Aim of the exercise:
One range is to be output from the listing below, exactly as written: the line with "face PLANE(AX(P(0,0,0),D(0,0,1),D(1,0,0))) rev" to the line with "The same part", both kept.

────────────────────

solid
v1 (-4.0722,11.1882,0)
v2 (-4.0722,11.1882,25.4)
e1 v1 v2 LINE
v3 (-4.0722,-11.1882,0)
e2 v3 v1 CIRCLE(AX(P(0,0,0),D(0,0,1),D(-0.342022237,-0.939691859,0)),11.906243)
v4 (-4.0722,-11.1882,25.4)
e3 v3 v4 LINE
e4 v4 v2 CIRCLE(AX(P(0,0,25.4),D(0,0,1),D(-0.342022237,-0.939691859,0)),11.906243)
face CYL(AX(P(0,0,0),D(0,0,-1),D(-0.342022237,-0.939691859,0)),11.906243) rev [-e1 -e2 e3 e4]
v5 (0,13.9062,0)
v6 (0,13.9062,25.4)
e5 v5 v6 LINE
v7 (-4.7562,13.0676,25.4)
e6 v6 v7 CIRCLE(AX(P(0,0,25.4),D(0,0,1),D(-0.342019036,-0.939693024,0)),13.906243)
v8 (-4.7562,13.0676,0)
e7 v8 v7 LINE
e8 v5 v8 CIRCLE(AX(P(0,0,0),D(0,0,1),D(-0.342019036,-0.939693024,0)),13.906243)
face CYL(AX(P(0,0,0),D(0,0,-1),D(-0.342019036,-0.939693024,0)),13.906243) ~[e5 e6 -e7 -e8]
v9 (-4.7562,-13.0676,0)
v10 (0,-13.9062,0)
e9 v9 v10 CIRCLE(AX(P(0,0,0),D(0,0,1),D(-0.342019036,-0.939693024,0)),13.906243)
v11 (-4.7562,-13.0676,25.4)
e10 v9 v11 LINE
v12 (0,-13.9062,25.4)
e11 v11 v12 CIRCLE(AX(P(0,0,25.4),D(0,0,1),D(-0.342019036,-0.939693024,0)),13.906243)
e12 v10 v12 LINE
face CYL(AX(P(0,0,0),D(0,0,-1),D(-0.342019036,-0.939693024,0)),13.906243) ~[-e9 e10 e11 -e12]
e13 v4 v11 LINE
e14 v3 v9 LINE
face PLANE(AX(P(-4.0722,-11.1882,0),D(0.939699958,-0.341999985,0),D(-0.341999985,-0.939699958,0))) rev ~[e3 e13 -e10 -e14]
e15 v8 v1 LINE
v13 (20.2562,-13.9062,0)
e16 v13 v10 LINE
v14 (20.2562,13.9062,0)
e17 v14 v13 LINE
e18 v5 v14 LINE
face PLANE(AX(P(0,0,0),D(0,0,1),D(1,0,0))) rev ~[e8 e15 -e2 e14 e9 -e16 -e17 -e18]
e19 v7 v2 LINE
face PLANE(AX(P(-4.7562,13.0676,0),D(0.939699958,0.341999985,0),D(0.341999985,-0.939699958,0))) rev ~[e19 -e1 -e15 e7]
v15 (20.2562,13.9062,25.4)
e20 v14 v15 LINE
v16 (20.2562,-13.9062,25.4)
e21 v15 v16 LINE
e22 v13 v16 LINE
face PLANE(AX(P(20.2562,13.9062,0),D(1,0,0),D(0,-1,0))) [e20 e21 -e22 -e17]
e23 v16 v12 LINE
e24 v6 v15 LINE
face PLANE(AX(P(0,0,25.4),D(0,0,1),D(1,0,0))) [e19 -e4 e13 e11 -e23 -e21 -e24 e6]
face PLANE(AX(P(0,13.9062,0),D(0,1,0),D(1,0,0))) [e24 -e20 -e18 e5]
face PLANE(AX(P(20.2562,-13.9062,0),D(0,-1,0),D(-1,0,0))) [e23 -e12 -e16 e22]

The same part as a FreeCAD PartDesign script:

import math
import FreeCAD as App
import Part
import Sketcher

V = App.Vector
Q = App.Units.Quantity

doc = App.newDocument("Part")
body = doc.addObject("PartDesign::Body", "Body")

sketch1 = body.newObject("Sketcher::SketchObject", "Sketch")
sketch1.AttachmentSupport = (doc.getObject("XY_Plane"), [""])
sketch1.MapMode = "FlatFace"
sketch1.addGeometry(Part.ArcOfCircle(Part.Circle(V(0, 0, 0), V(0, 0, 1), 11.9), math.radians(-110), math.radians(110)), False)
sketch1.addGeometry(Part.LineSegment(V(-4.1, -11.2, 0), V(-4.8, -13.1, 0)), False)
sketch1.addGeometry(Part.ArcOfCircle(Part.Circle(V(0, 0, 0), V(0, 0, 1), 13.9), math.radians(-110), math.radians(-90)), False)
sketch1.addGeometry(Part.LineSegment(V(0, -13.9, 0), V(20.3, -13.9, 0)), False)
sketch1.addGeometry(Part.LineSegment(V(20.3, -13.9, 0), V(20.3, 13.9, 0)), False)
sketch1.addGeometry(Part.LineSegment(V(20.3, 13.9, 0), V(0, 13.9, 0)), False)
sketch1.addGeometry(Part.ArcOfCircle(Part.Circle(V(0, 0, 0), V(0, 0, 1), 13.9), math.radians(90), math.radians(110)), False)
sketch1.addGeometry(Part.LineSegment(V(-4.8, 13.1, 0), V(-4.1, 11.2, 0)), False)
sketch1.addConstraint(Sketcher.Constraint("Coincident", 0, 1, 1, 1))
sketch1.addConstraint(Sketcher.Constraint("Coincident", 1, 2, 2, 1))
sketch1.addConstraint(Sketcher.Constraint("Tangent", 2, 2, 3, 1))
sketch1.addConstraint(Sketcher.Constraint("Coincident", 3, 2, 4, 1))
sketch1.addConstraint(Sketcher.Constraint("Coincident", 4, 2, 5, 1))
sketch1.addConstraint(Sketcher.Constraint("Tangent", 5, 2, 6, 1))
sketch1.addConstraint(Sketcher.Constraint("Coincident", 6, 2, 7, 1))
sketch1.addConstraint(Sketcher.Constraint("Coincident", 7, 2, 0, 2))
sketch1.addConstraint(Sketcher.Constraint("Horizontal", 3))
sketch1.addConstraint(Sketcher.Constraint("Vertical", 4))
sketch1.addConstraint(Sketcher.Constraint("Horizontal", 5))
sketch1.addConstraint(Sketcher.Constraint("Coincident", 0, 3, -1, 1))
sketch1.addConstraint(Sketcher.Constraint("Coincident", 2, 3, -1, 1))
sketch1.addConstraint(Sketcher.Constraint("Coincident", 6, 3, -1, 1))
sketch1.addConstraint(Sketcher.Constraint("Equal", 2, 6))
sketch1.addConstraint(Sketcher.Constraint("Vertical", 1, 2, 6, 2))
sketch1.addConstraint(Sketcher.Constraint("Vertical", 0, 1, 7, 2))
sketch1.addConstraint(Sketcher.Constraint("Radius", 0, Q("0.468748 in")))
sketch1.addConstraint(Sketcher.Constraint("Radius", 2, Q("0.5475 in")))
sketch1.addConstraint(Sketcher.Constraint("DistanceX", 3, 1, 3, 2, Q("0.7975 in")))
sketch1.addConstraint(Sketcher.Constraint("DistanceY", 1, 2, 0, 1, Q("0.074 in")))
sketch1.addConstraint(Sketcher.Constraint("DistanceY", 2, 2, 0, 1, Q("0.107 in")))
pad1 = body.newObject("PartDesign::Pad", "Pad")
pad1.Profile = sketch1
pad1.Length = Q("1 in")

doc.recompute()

────────────────────

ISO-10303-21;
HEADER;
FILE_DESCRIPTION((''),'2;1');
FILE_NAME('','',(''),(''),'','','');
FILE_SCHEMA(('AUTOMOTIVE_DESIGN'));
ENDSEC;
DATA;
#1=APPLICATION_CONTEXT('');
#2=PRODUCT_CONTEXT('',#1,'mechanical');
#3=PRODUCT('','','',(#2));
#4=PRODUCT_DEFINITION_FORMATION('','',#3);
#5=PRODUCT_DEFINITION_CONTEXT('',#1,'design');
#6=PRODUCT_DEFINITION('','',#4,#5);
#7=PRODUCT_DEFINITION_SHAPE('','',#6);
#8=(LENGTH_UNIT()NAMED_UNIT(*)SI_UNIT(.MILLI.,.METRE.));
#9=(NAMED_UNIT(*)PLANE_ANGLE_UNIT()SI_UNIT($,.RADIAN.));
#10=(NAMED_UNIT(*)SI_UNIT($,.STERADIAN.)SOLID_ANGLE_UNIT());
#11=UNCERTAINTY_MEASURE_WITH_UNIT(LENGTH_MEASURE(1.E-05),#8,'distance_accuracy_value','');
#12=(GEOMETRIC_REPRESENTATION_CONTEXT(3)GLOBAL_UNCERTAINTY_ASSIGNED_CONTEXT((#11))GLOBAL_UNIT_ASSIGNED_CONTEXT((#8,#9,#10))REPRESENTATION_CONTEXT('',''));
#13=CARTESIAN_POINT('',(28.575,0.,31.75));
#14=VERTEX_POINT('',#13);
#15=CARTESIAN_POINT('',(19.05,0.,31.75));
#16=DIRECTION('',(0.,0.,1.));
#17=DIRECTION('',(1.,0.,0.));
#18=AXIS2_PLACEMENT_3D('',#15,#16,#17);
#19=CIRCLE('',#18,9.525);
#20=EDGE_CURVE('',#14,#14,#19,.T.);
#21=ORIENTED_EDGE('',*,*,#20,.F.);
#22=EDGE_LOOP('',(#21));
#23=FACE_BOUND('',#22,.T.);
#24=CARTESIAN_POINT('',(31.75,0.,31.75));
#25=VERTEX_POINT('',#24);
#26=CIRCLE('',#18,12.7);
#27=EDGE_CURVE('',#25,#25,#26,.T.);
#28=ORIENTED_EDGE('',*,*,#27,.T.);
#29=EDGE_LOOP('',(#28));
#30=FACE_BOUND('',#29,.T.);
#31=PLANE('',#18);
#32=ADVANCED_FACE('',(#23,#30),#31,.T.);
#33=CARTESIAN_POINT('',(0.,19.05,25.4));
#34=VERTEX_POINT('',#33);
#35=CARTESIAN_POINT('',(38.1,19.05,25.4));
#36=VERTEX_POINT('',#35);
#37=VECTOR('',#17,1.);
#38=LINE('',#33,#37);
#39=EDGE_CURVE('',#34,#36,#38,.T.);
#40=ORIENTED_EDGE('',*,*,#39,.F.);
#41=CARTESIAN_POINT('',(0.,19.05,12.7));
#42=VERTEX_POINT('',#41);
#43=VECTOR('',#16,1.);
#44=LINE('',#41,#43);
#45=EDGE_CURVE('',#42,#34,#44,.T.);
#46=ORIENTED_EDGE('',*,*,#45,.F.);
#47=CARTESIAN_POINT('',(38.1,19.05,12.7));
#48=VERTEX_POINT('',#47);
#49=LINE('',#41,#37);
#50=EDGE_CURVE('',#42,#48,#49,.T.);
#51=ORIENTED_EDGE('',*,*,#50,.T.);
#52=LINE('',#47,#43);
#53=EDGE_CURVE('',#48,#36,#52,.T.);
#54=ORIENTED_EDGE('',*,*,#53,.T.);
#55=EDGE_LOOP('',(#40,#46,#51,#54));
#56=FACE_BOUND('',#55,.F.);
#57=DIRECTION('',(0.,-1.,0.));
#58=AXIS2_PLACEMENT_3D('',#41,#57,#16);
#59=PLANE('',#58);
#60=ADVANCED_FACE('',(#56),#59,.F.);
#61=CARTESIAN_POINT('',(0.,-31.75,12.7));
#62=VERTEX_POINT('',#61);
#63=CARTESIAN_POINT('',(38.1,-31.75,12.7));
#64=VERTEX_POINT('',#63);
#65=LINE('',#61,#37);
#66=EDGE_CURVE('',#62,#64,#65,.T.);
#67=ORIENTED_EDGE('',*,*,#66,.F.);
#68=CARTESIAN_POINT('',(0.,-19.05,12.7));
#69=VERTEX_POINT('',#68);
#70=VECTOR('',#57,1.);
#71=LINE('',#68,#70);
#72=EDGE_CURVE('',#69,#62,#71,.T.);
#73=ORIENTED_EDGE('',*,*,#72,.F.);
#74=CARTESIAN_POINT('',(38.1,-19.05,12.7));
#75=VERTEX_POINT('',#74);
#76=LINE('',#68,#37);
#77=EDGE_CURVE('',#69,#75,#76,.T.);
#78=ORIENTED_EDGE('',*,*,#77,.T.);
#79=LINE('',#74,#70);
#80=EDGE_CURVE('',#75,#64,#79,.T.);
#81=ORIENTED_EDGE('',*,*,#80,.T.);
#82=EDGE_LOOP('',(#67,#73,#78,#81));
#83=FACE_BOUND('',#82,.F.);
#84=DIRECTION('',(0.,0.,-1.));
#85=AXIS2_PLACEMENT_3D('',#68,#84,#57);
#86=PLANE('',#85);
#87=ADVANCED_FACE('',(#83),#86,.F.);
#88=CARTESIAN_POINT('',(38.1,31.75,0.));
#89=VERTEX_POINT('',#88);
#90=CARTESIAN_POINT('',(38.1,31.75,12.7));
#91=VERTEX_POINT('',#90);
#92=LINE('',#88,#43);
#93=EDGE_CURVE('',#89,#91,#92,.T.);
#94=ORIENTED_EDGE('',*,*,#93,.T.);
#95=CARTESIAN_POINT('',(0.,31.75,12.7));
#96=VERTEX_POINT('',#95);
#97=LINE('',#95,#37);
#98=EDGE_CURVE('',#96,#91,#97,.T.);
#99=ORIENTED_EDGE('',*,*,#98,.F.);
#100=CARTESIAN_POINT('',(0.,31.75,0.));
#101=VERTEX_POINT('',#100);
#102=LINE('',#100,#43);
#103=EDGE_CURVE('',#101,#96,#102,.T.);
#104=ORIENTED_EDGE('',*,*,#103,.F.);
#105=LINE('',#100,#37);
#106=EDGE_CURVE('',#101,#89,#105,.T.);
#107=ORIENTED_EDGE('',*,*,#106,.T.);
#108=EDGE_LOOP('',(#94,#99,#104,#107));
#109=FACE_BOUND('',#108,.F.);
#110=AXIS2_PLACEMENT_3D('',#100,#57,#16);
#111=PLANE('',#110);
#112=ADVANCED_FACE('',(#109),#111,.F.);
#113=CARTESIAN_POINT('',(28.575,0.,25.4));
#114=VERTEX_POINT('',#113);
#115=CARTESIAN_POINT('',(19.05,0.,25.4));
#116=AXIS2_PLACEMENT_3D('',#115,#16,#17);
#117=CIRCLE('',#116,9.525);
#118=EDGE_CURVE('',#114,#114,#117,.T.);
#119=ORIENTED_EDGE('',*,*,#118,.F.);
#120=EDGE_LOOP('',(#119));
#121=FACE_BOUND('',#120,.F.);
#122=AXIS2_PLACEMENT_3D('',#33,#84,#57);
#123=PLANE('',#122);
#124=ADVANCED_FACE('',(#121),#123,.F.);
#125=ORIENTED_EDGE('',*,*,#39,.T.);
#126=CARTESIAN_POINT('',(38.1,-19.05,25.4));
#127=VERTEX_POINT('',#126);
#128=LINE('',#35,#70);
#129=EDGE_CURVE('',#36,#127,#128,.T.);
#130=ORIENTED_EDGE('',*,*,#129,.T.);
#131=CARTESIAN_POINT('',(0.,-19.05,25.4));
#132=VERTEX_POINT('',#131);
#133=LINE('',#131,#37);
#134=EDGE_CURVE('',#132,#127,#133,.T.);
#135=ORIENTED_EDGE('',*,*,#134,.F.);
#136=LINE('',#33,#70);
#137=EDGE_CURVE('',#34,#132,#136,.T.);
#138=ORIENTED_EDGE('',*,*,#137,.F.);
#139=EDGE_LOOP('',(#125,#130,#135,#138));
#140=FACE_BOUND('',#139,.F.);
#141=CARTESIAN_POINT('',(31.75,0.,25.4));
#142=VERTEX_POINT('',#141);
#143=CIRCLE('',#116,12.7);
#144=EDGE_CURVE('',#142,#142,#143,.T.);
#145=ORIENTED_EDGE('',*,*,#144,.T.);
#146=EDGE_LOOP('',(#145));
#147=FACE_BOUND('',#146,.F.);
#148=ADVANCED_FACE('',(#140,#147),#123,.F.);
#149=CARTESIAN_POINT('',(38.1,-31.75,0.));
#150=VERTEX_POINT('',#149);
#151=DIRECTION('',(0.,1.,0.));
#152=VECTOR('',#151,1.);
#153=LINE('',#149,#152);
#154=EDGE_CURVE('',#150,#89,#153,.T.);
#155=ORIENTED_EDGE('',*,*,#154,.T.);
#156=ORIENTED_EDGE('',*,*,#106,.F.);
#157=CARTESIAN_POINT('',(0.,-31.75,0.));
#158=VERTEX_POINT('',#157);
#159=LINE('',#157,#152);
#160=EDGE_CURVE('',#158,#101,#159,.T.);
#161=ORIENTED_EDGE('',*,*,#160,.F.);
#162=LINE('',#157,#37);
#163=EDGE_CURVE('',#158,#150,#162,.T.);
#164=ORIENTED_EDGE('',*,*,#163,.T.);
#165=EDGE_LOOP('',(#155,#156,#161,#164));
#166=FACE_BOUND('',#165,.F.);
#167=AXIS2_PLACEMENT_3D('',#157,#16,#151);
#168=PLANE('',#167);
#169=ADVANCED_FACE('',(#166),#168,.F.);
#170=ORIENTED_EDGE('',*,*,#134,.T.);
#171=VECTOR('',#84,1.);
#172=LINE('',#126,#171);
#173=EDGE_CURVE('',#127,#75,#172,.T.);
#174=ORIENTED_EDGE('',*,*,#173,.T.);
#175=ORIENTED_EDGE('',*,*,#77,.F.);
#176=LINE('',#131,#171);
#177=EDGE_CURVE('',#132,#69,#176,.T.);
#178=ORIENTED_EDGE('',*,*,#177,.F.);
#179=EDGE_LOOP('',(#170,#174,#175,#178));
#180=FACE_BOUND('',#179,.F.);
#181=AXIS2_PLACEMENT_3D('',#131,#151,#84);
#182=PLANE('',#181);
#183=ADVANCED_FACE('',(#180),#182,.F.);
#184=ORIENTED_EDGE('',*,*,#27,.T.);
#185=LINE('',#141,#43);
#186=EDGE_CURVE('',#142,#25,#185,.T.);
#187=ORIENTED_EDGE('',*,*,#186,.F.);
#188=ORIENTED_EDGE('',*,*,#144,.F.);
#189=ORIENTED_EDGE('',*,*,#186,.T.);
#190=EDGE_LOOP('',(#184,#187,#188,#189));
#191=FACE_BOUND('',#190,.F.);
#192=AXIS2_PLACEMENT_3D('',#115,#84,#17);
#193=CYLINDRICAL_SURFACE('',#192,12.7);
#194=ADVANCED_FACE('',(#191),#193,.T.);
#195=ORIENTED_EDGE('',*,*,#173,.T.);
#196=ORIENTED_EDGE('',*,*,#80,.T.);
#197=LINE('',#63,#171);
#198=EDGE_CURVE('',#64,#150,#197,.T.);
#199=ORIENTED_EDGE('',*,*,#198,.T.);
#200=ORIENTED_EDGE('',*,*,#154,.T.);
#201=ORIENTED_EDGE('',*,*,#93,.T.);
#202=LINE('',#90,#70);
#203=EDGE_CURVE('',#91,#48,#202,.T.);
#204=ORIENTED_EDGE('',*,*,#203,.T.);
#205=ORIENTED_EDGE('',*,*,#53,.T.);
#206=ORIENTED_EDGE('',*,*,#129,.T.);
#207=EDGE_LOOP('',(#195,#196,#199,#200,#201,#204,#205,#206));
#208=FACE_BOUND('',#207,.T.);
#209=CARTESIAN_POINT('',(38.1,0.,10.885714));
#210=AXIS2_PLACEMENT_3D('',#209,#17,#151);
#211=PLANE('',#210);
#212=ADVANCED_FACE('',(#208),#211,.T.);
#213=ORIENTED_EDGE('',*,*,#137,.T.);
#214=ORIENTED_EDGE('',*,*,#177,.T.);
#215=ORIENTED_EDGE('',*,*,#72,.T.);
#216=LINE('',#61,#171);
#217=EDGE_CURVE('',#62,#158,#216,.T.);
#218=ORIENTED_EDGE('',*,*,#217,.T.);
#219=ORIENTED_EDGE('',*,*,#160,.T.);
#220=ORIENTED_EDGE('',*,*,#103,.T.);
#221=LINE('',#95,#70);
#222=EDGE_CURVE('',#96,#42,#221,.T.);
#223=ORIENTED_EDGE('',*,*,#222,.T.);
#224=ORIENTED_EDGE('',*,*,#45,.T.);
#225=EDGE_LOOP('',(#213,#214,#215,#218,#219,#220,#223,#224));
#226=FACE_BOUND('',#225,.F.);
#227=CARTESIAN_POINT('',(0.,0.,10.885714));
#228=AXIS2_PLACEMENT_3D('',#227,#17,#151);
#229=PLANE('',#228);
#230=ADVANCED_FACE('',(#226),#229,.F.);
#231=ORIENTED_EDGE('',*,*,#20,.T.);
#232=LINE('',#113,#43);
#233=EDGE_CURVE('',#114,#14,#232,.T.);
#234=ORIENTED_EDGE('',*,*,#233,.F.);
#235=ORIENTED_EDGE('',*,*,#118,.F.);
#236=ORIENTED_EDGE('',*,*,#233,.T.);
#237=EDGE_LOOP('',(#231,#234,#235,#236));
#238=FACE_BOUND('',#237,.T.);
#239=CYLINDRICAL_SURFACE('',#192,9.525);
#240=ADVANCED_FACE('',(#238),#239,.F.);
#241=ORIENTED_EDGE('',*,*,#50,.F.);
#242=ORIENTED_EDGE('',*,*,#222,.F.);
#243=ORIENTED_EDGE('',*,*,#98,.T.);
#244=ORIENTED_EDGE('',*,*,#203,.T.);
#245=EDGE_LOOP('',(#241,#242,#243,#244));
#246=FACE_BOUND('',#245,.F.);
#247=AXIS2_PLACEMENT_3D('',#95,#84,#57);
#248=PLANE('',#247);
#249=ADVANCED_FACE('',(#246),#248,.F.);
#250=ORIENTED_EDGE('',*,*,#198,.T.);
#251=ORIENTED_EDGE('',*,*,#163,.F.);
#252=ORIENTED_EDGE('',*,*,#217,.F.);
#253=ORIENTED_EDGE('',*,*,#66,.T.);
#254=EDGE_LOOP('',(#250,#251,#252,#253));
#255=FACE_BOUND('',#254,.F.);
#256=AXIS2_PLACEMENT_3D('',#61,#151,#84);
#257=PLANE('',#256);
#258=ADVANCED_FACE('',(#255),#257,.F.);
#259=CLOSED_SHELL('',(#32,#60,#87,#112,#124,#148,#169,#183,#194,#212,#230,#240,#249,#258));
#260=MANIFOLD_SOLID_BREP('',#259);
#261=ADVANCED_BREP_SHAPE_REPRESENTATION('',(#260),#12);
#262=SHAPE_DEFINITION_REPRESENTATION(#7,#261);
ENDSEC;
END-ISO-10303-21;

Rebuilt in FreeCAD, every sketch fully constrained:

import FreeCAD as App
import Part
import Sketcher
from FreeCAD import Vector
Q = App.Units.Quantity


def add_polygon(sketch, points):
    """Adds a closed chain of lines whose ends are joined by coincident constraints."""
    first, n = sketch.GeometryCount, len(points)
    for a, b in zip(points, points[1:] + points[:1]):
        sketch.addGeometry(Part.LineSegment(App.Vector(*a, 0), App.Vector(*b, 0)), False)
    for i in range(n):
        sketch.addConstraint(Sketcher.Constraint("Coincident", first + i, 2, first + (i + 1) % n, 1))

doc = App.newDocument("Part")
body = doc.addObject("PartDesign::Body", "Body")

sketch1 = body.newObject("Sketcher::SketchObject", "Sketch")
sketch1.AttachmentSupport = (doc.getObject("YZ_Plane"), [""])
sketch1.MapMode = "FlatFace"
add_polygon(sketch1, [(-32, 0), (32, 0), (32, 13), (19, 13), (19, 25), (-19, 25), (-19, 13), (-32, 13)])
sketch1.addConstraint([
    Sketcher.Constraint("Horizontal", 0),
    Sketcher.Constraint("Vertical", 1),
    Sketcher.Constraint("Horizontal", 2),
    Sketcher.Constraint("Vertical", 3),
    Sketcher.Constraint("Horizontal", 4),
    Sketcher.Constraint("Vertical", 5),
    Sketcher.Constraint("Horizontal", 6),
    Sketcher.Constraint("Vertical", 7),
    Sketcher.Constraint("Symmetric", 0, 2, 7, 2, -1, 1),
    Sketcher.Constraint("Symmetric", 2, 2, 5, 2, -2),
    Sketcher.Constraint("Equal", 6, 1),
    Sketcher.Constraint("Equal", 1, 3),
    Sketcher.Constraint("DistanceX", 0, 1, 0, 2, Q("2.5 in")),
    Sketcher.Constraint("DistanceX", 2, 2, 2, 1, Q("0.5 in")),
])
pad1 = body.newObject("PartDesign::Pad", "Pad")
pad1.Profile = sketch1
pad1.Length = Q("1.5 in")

────────────────────

Task answer:
face PLANE(AX(P(0,0,0),D(0,0,1),D(1,0,0))) rev ~[e8 e15 -e2 e14 e9 -e16 -e17 -e18]
e19 v7 v2 LINE
face PLANE(AX(P(-4.7562,13.0676,0),D(0.939699958,0.341999985,0),D(0.341999985,-0.939699958,0))) rev ~[e19 -e1 -e15 e7]
v15 (20.2562,13.9062,25.4)
e20 v14 v15 LINE
v16 (20.2562,-13.9062,25.4)
e21 v15 v16 LINE
e22 v13 v16 LINE
face PLANE(AX(P(20.2562,13.9062,0),D(1,0,0),D(0,-1,0))) [e20 e21 -e22 -e17]
e23 v16 v12 LINE
e24 v6 v15 LINE
face PLANE(AX(P(0,0,25.4),D(0,0,1),D(1,0,0))) [e19 -e4 e13 e11 -e23 -e21 -e24 e6]
face PLANE(AX(P(0,13.9062,0),D(0,1,0),D(1,0,0))) [e24 -e20 -e18 e5]
face PLANE(AX(P(20.2562,-13.9062,0),D(0,-1,0),D(-1,0,0))) [e23 -e12 -e16 e22]

The same part as a FreeCAD PartDesign script:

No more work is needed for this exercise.